Chad

History
555 wordsThe territory of present-day Chad has been inhabited since prehistory, with Lake Chad and the surrounding Sahel serving as a long-standing zone of contact between Saharan, Sudanic, and Central African peoples. Rock art in the Ennedi and Tibesti massifs, together with archaeological remains from the Sao civilisation south of Lake Chad, attests to settled communities active from at least the first millennium BCE. From the late ninth century onward, the region became the heartland of the Kanem Empire, founded by the Zaghawa and later ruled by the Sayfawa dynasty, which adopted Islam in the eleventh century and grew into one of the most influential trans-Saharan polities. After internal pressures forced its rulers westward in the fourteenth century, the successor state of Bornu retained authority over much of the basin while new sultanates emerged to the east.

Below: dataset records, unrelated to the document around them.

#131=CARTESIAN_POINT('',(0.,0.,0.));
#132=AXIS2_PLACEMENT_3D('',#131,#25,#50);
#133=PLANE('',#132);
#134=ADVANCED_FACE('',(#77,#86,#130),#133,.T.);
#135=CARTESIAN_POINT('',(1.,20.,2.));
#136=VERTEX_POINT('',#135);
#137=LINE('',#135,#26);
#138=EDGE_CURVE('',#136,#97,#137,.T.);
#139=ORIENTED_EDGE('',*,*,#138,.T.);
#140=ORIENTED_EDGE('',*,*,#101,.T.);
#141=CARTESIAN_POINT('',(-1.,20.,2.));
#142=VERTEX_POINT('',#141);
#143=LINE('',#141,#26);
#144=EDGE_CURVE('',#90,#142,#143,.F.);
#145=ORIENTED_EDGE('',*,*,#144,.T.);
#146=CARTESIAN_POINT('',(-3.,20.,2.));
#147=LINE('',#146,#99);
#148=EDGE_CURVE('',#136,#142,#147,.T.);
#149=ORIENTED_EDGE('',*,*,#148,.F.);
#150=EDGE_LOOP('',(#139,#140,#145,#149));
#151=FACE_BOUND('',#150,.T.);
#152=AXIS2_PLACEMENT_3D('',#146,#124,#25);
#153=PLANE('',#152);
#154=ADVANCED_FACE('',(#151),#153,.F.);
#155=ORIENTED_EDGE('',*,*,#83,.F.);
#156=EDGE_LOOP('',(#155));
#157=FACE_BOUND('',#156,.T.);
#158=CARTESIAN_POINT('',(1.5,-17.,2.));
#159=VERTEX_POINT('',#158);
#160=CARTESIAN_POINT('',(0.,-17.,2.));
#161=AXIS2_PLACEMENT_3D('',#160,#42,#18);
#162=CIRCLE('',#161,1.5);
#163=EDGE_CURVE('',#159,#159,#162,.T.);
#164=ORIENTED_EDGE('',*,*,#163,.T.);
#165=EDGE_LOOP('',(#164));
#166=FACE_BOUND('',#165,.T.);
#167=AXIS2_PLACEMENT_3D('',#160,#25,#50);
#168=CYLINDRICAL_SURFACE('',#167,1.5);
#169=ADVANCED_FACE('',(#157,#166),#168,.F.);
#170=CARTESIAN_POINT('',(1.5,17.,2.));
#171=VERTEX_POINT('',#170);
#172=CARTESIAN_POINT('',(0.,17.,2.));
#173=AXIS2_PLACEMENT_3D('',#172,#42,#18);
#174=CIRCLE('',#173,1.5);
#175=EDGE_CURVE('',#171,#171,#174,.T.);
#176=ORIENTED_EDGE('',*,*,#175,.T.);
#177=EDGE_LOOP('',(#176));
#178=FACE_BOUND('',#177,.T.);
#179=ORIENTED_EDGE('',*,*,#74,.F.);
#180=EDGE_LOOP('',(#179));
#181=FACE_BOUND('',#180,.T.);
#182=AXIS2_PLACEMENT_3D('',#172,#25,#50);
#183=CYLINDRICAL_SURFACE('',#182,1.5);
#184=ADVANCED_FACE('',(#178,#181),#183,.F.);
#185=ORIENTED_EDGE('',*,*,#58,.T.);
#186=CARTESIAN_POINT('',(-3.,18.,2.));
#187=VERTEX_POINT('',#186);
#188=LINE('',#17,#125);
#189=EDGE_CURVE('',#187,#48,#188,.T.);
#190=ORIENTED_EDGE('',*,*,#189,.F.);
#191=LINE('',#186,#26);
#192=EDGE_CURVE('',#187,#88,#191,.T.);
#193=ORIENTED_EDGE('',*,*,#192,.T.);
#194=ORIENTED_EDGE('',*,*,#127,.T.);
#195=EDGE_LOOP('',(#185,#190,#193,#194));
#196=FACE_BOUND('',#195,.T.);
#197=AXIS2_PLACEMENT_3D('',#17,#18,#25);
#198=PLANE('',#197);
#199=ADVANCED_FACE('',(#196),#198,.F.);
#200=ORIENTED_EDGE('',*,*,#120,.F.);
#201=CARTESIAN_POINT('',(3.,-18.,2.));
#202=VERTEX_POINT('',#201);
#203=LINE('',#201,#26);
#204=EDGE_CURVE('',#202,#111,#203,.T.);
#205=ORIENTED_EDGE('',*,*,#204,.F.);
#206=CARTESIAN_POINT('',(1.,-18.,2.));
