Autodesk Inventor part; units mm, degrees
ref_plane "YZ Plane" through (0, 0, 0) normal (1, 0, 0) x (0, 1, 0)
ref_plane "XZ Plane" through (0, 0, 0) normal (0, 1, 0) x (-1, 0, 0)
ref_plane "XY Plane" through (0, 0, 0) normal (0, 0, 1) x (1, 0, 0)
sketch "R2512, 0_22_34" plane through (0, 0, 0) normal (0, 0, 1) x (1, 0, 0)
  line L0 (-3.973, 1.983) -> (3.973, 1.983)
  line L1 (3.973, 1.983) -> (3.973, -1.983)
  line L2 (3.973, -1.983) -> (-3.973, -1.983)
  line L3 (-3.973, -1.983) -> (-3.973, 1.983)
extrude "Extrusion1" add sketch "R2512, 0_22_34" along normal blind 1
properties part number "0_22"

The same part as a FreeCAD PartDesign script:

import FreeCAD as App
import Part
import Sketcher
from FreeCAD import Vector

doc = App.newDocument("Part")
body = doc.addObject("PartDesign::Body", "Body")

# Sketch on XY plane
sketch1 = body.newObject("Sketcher::SketchObject", "Sketch")
sketch1.AttachmentSupport = (doc.getObject("XY_Plane"), [""])
sketch1.MapMode = "FlatFace"
sketch1.addGeometry(Part.LineSegment(Vector(4, 2, 0), Vector(-4, 2, 0)), False)
sketch1.addGeometry(Part.LineSegment(Vector(-4, 2, 0), Vector(-4, -2, 0)), False)
sketch1.addGeometry(Part.LineSegment(Vector(-4, -2, 0), Vector(4, -2, 0)), False)
sketch1.addGeometry(Part.LineSegment(Vector(4, -2, 0), Vector(4, 2, 0)), False)
sketch1.addConstraint(Sketcher.Constraint("Coincident", 0, 2, 1, 1))
sketch1.addConstraint(Sketcher.Constraint("Coincident", 1, 2, 2, 1))
sketch1.addConstraint(Sketcher.Constraint("Coincident", 2, 2, 3, 1))
sketch1.addConstraint(Sketcher.Constraint("Coincident", 3, 2, 0, 1))
sketch1.addConstraint(Sketcher.Constraint("Horizontal", 0))
sketch1.addConstraint(Sketcher.Constraint("Vertical", 1))
sketch1.addConstraint(Sketcher.Constraint("Horizontal", 2))
sketch1.addConstraint(Sketcher.Constraint("Vertical", 3))
sketch1.addConstraint(Sketcher.Constraint("Symmetric", 0, 2, 2, 2, -1, 1))
sketch1.addConstraint(Sketcher.Constraint("DistanceX", 0, 2, 0, 1, 7.946))
sketch1.addConstraint(Sketcher.Constraint("DistanceY", 1, 2, 1, 1, 3.966))
pad1 = body.newObject("PartDesign::Pad", "Pad")
pad1.Profile = sketch1
pad1.Length = 1

doc.recompute()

By the sixteenth and seventeenth centuries, three Muslim kingdoms dominated the area now corresponding to central and eastern Chad: Kanem-Bornu in the west, Bagirmi around the Chari River, and Wadai in the east, each engaged in commerce, scholarship, and recurrent warfare across the savanna. These states drew wealth from trans-Saharan trade in salt, copper, livestock, and slaves, and maintained tributary relationships with smaller chieftaincies in the south. In the late nineteenth century the warlord Rabih az-Zubayr swept through the region from the Nile valley, conquering Bagirmi and Bornu before being defeated by French colonial forces at the Battle of Kousseri in 1900.
French expansion incorporated the territory into the federation of French Equatorial Africa, with Chad formally constituted as a colony in 1920 and administered from Brazzaville. Colonial rule was uneven, concentrating investment and Christian missionary activity in the cotton-growing south while leaving the largely Muslim north under indirect military administration. During the Second World War the colony, under Governor Felix Eboue, was the first French possession to rally to Free France, providing a base for Leclerc's Saharan campaigns. Chad attained internal autonomy in 1958 within the French Community and full independence on 11 August 1960, with Francois Tombalbaye as its first president.

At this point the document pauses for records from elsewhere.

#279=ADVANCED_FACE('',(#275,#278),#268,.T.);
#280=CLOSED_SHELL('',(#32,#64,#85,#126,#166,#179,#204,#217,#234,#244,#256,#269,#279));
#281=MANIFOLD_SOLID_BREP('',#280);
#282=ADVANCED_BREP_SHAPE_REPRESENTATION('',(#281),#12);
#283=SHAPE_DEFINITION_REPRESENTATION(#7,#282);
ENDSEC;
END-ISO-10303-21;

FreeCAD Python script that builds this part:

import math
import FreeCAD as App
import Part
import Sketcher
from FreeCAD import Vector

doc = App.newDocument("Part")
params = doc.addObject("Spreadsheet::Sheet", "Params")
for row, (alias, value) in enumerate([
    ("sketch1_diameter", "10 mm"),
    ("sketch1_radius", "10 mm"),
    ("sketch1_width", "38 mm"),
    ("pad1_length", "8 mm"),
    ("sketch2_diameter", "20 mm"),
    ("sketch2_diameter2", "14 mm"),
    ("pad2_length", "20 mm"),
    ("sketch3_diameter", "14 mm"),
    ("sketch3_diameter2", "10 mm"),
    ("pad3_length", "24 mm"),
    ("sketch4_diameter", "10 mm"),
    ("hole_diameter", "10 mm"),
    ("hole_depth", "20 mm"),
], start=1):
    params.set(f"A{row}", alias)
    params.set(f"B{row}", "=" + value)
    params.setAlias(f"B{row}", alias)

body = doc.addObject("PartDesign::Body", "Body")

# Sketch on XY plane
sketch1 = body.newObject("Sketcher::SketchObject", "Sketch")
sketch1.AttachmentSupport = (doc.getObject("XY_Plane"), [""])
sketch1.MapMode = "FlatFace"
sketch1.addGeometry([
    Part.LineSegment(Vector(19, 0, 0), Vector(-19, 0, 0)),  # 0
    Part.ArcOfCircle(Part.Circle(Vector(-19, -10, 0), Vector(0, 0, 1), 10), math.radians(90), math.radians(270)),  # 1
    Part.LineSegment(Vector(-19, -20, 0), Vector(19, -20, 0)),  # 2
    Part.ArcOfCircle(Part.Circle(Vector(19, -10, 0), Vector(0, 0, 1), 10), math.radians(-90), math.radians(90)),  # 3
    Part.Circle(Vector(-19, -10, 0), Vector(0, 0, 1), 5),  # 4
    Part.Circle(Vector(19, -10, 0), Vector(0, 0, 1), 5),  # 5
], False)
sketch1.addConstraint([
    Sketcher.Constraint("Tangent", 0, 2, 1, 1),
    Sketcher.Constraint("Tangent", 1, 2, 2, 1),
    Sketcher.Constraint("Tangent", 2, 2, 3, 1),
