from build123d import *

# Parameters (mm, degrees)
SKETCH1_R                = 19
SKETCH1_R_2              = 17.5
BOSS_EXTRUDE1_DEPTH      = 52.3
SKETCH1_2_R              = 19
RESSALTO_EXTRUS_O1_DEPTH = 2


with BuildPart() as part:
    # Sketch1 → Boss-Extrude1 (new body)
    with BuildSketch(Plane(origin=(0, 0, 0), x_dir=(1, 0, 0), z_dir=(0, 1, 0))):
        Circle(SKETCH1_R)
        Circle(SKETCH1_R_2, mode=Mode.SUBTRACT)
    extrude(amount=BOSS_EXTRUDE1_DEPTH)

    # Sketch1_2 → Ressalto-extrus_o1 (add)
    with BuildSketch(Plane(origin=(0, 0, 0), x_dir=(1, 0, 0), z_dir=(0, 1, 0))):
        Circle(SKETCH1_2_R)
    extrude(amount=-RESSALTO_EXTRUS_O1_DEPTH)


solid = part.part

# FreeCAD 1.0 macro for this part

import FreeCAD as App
import Part
import Sketcher
Q = App.Units.Quantity

doc = App.newDocument("Part")
body = doc.addObject("PartDesign::Body", "Body")

# Sketch on XZ plane
sketch1 = doc.addObject("Sketcher::SketchObject", "Sketch")
body.addObject(sketch1)
sketch1.AttachmentSupport = (doc.XZ_Plane, [""])
sketch1.MapMode = "FlatFace"
sketch1.addGeometry(Part.Circle(App.Vector(0, 0, 0), App.Vector(0, 0, 1), 19), False)
sketch1.addGeometry(Part.Circle(App.Vector(0, 0, 0), App.Vector(0, 0, 1), 17.5), False)
sketch1.addConstraint(Sketcher.Constraint("Coincident", 0, 3, -1, 1))
sketch1.addConstraint(Sketcher.Constraint("Coincident", 1, 3, -1, 1))
sketch1.addConstraint(Sketcher.Constraint("Diameter", 0, Q("38 mm")))
sketch1.addConstraint(Sketcher.Constraint("Diameter", 1, Q("35 mm")))
pad1 = doc.addObject("PartDesign::Pad", "Pad")
body.addObject(pad1)
pad1.Profile = sketch1
pad1.Length = 52.3
pad1.Reversed = True

# Sketch on XZ plane
sketch2 = doc.addObject("Sketcher::SketchObject", "Sketch001")
body.addObject(sketch2)
sketch2.AttachmentSupport = (doc.XZ_Plane, [""])
sketch2.MapMode = "FlatFace"
sketch2.addGeometry(Part.Circle(App.Vector(0, 0, 0), App.Vector(0, 0, 1), 19), False)
sketch2.addConstraint(Sketcher.Constraint("Coincident", 0, 3, -1, 1))
sketch2.addConstraint(Sketcher.Constraint("Diameter", 0, Q("38 mm")))
pad2 = doc.addObject("PartDesign::Pad", "Pad001")
body.addObject(pad2)
pad2.Profile = sketch2
pad2.Length = 2

doc.recompute()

The post-independence republic was quickly destabilised by tensions between the southern-dominated government and northern groups, and an insurgency that began in 1965 evolved into a protracted civil war drawing in Libya, France, and the United States. Tombalbaye was killed in a 1975 coup, and the following decades saw rule by Felix Malloum, Goukouni Oueddei, and Hissene Habre, the last of whom was overthrown in 1990 by his former commander Idriss Deby. Conflict with Libya over the Aouzou Strip was resolved by the International Court of Justice in 1994 in Chad's favour. A new constitution adopted in 1996 introduced multiparty politics, although Deby and his Patriotic Salvation Movement retained power through successive elections, while rebellions in the east and the spillover from the Darfur conflict continued into the 2000s.

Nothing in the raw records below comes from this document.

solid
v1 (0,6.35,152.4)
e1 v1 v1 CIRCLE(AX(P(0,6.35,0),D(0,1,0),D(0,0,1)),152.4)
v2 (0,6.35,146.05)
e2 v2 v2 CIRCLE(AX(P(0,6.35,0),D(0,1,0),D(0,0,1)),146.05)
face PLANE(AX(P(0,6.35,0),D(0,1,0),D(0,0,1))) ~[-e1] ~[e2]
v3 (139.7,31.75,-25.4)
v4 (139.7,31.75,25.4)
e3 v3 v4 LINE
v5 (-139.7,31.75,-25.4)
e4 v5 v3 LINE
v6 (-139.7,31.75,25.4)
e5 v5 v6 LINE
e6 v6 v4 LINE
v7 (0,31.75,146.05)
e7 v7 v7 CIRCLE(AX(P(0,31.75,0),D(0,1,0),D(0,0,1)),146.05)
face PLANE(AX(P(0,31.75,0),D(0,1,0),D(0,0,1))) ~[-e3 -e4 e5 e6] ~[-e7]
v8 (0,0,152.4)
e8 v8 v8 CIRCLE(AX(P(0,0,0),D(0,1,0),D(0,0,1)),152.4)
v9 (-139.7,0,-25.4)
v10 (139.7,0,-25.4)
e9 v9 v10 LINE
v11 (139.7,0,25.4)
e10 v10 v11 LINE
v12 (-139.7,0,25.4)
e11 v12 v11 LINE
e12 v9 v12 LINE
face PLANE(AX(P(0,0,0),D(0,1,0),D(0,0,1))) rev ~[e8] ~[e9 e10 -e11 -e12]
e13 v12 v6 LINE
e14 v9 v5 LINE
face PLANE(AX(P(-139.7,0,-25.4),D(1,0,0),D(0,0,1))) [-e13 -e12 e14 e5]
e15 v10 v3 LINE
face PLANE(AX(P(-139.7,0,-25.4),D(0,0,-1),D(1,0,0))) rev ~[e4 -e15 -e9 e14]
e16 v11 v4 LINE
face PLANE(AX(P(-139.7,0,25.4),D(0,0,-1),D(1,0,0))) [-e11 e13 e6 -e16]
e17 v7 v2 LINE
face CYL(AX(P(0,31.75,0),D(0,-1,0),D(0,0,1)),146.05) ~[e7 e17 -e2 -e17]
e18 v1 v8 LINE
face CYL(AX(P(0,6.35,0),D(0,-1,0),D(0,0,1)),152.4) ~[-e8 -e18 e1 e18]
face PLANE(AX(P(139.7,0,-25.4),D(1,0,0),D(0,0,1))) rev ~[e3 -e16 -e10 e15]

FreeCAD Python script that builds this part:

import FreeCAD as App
import Part
import Sketcher
Q = App.Units.Quantity

doc = App.newDocument("Part")
params = doc.addObject("Spreadsheet::Sheet", "Params")
for row, (alias, value) in enumerate([
    ("sketch1_width", "1 in"),
    ("sketch1_height", "6 in"),
    ("sketch1_width2", "1.25 in"),
    ("revolution_angle", "360 deg"),
    ("sketch2_width", "11 in"),
    ("sketch2_height", "2 in"),
], start=1):
    params.set(f"A{row}", alias)
    params.set(f"B{row}", "=" + value)
    params.setAlias(f"B{row}", alias)

body = doc.addObject("PartDesign::Body", "Body")

# Sketch on YZ plane
sketch1 = doc.addObject("Sketcher::SketchObject", "Sketch")
body.addObject(sketch1)
sketch1.AttachmentSupport = (doc.YZ_Plane, [""])
sketch1.MapMode = "FlatFace"
sketch1.addGeometry([
    Part.LineSegment(App.Vector(0, 152, 0), App.Vector(0, 0, 0)),  # 0
    Part.LineSegment(App.Vector(0, 0, 0), App.Vector(32, 0, 0)),  # 1
    Part.LineSegment(App.Vector(32, 0, 0), App.Vector(32, 146, 0)),  # 2
    Part.LineSegment(App.Vector(32, 146, 0), App.Vector(6, 146, 0)),  # 3
    Part.LineSegment(App.Vector(6, 146, 0), App.Vector(6, 152, 0)),  # 4
    Part.LineSegment(App.Vector(6, 152, 0), App.Vector(0, 152, 0)),  # 5
], False)
sketch1.addConstraint([
    Sketcher.Constraint("Coincident", 0, 2, 1, 1),
    Sketcher.Constraint("Coincident", 1, 2, 2, 1),
    Sketcher.Constraint("Coincident", 2, 2, 3, 1),
    Sketcher.Constraint("Coincident", 3, 2, 4, 1),
    Sketcher.Constraint("Coincident", 4, 2, 5, 1),
    Sketcher.Constraint("Coincident", 5, 2, 0, 1),
    Sketcher.Constraint("Vertical", 0),
    Sketcher.Constraint("Horizontal", 1),
    Sketcher.Constraint("Vertical", 2),
    Sketcher.Constraint("Horizontal", 3),
    Sketcher.Constraint("Vertical", 4),
    Sketcher.Constraint("Horizontal", 5),
    Sketcher.Constraint("Coincident", 0, 2, -1, 1),
    Sketcher.Constraint("Equal", 5, 4),
    Sketcher.Constraint("DistanceX", 3, 2, 3, 1, Q("1 in")),
    Sketcher.Constraint("DistanceY", 0, 2, 0, 1, Q("6 in")),
    Sketcher.Constraint("DistanceX", 1, 1, 1, 2, Q("1.25 in")),
])
sketch1.setExpression("Constraints[14]", "Params.sketch1_width")
sketch1.setExpression("Constraints[15]", "Params.sketch1_height")
sketch1.setExpression("Constraints[16]", "Params.sketch1_width2")
revolution = doc.addObject("PartDesign::Revolution", "Revolution")
body.addObject(revolution)
revolution.Profile = sketch1
revolution.ReferenceAxis = (sketch1, ["H_Axis"])
revolution.setExpression("Angle", "Params.revolution_angle")

# Sketch on XZ plane
sketch2 = doc.addObject("Sketcher::SketchObject", "Sketch001")
body.addObject(sketch2)
sketch2.AttachmentSupport = (doc.XZ_Plane, [""])
sketch2.MapMode = "FlatFace"
sketch2.addGeometry([
    Part.LineSegment(App.Vector(-140, 25, 0), App.Vector(-140, -25, 0)),
    Part.LineSegment(App.Vector(-140, -25, 0), App.Vector(140, -25, 0)),
    Part.LineSegment(App.Vector(140, -25, 0), App.Vector(140, 25, 0)),
    Part.LineSegment(App.Vector(140, 25, 0), App.Vector(-140, 25, 0)),
], False)
sketch2.addConstraint([
    Sketcher.Constraint("Coincident", 0, 2, 1, 1),
    Sketcher.Constraint("Coincident", 1, 2, 2, 1),
    Sketcher.Constraint("Coincident", 2, 2, 3, 1),
    Sketcher.Constraint("Coincident", 3, 2, 0, 1),
    Sketcher.Constraint("Vertical", 0),
    Sketcher.Constraint("Horizontal", 1),
    Sketcher.Constraint("Vertical", 2),
    Sketcher.Constraint("Horizontal", 3),
    Sketcher.Constraint("Symmetric", 0, 2, 2, 2, -1, 1),
    Sketcher.Constraint("DistanceX", 1, 1, 1, 2, Q("11 in")),
    Sketcher.Constraint("DistanceY", 0, 2, 0, 1, Q("2 in")),
])
sketch2.setExpression("Constraints[9]", "Params.sketch2_width")
sketch2.setExpression("Constraints[10]", "Params.sketch2_height")
pocket1 = doc.addObject("PartDesign::Pocket", "Pocket")
body.addObject(pocket1)
pocket1.Profile = sketch2
pocket1.Type = "ThroughAll"

doc.recompute()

Oil production beginning in 2003 transformed public finances and reinforced relations with France and the United States, even as Chad became a central partner in regional counterterrorism efforts against Boko Haram and Sahelian jihadist groups. Idriss Deby was killed in April 2021 during fighting with northern rebels, and a Transitional Military Council led by his son Mahamat Deby assumed power, culminating in a 2023 constitutional referendum and a 2024 presidential election that confirmed him in office. Chad today is a unitary presidential republic with its capital at N'Djamena.